While several improvement projects have taken place in the last decade, the town of about 800 residents never had the cash to take on a major project, despite several warnings from IDEM that repairs were needed, Denney said.
He acknowledged it’s a costly project for the small town to take on.
“It’s not something we want to do, but it’s something we need to do,” he said.
Beginning in 2013, when the wastewater facility was operating at 90 percent capacity, the town invested about $250,000 in storm sewer improvements, which included separating storm sewer and sanitary sewer lines to help prevent storm water from heading into the waste treatment plant.
Last year’s ban from IDEM came after the state regulatory agency issued a warning to the Shirley Town Council notifying members the wastewater facility was well over its capacity of .17 million gallons per day, which came from about 385 households in the town limits.

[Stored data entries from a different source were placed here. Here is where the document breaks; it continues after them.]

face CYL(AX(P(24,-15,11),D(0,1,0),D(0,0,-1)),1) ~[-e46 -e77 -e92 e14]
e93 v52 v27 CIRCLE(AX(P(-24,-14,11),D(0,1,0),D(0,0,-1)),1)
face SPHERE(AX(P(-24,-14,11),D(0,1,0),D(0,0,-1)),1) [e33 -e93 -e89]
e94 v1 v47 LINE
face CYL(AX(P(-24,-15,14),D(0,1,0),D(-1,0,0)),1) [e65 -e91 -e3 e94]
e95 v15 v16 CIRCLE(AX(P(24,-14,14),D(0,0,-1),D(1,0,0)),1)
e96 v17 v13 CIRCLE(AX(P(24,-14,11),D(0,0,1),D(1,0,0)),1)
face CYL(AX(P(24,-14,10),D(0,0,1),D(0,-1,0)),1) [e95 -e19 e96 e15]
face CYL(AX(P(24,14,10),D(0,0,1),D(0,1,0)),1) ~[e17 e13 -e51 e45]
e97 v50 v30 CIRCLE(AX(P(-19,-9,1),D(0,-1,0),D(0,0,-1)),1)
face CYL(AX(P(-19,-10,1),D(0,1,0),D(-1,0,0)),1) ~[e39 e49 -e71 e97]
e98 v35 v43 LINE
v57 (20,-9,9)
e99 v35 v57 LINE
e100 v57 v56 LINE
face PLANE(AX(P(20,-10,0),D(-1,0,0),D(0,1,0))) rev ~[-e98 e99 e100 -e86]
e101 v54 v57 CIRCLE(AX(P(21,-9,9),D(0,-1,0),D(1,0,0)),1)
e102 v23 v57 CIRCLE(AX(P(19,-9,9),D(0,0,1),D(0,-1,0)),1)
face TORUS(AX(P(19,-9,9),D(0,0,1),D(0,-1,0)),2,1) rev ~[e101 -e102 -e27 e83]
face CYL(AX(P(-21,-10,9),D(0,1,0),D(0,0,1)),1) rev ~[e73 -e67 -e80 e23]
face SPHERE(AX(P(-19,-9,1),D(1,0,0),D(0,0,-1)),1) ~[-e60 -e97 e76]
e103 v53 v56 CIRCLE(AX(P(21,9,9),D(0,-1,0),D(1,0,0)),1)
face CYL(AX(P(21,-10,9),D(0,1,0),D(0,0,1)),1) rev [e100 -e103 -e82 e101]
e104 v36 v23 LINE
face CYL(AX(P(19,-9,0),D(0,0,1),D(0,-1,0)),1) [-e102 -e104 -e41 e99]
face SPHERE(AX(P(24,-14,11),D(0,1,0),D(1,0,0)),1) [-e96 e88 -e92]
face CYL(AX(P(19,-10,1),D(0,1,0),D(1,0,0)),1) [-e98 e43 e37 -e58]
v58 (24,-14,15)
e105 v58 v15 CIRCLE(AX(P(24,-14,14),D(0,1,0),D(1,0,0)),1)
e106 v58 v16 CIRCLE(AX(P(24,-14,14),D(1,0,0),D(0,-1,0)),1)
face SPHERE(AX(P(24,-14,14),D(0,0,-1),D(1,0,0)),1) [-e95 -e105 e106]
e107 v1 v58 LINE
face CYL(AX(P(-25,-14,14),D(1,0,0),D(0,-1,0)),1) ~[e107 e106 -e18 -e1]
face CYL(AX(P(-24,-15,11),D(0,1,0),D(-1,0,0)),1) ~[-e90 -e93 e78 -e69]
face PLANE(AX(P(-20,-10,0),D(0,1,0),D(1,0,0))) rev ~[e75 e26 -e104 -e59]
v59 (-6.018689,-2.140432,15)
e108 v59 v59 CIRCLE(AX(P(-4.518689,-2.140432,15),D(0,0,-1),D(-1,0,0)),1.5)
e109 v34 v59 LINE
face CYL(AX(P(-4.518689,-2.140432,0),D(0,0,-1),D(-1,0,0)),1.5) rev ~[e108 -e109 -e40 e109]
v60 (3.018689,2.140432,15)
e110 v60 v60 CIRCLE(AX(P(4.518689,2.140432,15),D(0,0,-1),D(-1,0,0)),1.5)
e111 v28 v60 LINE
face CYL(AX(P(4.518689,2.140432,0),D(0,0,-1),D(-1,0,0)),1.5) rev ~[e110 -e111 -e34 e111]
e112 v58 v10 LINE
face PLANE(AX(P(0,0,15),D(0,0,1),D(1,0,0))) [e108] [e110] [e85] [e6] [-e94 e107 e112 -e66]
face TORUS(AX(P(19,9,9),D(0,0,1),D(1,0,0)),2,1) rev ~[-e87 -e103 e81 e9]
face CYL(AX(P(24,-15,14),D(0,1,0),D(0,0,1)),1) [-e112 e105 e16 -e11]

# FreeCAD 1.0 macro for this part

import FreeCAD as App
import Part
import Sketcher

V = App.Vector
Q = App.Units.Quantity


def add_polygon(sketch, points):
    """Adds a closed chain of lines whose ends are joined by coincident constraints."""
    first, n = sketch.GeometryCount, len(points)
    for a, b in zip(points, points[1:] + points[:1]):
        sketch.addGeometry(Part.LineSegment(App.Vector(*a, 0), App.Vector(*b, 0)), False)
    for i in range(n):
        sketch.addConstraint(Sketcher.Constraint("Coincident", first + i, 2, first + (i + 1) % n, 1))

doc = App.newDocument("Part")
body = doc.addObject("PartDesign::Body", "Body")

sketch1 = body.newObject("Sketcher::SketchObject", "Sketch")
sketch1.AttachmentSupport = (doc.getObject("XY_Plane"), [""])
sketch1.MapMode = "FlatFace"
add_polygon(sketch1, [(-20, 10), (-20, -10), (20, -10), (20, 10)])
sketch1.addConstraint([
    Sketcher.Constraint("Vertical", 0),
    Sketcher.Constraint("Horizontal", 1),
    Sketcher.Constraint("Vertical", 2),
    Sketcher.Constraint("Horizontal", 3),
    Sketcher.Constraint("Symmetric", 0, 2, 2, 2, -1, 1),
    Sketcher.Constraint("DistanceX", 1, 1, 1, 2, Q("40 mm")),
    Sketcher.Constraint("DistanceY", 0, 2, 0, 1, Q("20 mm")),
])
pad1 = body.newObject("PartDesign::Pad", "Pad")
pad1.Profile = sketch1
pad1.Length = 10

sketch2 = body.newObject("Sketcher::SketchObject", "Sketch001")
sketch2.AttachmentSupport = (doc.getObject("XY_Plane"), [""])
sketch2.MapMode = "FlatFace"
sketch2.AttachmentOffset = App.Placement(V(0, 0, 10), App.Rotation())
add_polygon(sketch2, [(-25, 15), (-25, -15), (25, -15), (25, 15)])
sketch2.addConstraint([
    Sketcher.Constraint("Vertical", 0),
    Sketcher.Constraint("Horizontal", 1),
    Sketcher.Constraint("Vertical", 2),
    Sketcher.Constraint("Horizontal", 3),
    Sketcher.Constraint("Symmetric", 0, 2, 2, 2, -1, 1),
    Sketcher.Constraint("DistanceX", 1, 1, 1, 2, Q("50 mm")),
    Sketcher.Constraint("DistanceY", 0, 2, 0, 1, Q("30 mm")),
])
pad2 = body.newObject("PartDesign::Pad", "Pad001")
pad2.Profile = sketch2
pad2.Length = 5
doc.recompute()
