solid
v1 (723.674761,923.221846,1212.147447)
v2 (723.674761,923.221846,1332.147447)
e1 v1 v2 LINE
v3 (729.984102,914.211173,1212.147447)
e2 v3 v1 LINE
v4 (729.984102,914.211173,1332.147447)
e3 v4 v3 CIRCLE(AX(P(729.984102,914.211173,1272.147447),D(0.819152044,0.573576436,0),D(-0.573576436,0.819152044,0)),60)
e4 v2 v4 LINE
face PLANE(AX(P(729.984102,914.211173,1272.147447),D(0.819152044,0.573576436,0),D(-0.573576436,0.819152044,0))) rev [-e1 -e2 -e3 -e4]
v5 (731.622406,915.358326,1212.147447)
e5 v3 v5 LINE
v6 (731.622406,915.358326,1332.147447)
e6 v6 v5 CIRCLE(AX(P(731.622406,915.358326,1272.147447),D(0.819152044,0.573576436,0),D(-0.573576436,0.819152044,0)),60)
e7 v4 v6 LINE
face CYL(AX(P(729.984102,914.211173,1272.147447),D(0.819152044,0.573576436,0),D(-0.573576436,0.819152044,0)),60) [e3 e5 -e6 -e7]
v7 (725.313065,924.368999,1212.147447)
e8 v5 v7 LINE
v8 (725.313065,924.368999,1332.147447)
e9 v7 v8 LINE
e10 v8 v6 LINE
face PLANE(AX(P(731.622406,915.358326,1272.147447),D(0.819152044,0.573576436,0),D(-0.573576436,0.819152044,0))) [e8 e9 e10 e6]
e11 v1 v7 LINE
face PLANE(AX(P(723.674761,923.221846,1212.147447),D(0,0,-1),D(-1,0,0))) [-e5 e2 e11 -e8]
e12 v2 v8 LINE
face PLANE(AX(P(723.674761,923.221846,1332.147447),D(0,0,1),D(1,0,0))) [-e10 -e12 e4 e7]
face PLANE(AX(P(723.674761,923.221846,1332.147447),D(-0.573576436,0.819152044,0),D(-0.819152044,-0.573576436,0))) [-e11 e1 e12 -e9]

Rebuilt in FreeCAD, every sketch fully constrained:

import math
import FreeCAD as App
import Part
import Sketcher

V = App.Vector

doc = App.newDocument("Part")
body = doc.addObject("PartDesign::Body", "Body")

# Sketch on an angled plane
sketch1 = body.newObject("Sketcher::SketchObject", "Sketch")
sketch1.Placement = App.Placement(V(921.003735, 644.893758, 0), App.Rotation(V(0, 0, -1), V(-0.573576436, 0.819152044, 0), V(0.819152044, 0.573576436, 0), "ZXY"))
sketch1.addGeometry(Part.LineSegment(V(-1332.147447, 341.176272, 0), V(-1332.147447, 330.176272, 0)), False)
sketch1.addGeometry(Part.ArcOfCircle(Part.Circle(V(-1272.147447, 330.176272, 0), V(0, 0, 1), 60), math.radians(180), math.radians(360)), False)
sketch1.addGeometry(Part.LineSegment(V(-1212.147447, 330.176272, 0), V(-1212.147447, 341.176272, 0)), False)
sketch1.addGeometry(Part.LineSegment(V(-1212.147447, 341.176272, 0), V(-1332.147447, 341.176272, 0)), False)
sketch1.addConstraint(Sketcher.Constraint("Tangent", 0, 2, 1, 1))
sketch1.addConstraint(Sketcher.Constraint("Tangent", 1, 2, 2, 1))
sketch1.addConstraint(Sketcher.Constraint("Coincident", 2, 2, 3, 1))
sketch1.addConstraint(Sketcher.Constraint("Coincident", 3, 2, 0, 1))
sketch1.addConstraint(Sketcher.Constraint("Vertical", 0))
sketch1.addConstraint(Sketcher.Constraint("Vertical", 2))
sketch1.addConstraint(Sketcher.Constraint("Horizontal", 3))
sketch1.addConstraint(Sketcher.Constraint("Radius", 1, 60.0))
sketch1.addConstraint(Sketcher.Constraint("DistanceY", 0, 2, 0, 1, 11.0))
sketch1.addConstraint(Sketcher.Constraint("DistanceY", -1, 1, 1, 3, 330.176272))
sketch1.addConstraint(Sketcher.Constraint("DistanceX", 1, 3, -1, 1, 1272.147447))
pad1 = body.newObject("PartDesign::Pad", "Pad")
pad1.Profile = sketch1
pad1.Length = 2
pad1.Reversed = True

doc.recompute()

In 2014, the facility’s flow was measured at .283 million gallons per day, or 183 percent of the intended flow.
IDEM officials warned the wastewater treatment lagoons could overflow and leak raw sewage into the area if more households or businesses continued to be connected to the sewer lines.
A second public hearing regarding the $550,000 Indiana Office of Community and Rural Affairs grant the town of Shirley seeks to help fund a $2 million sewer and wastewater improvement project will be held at 8:30 a.m. July 1 at Shirley Town Hall, 409 Main St.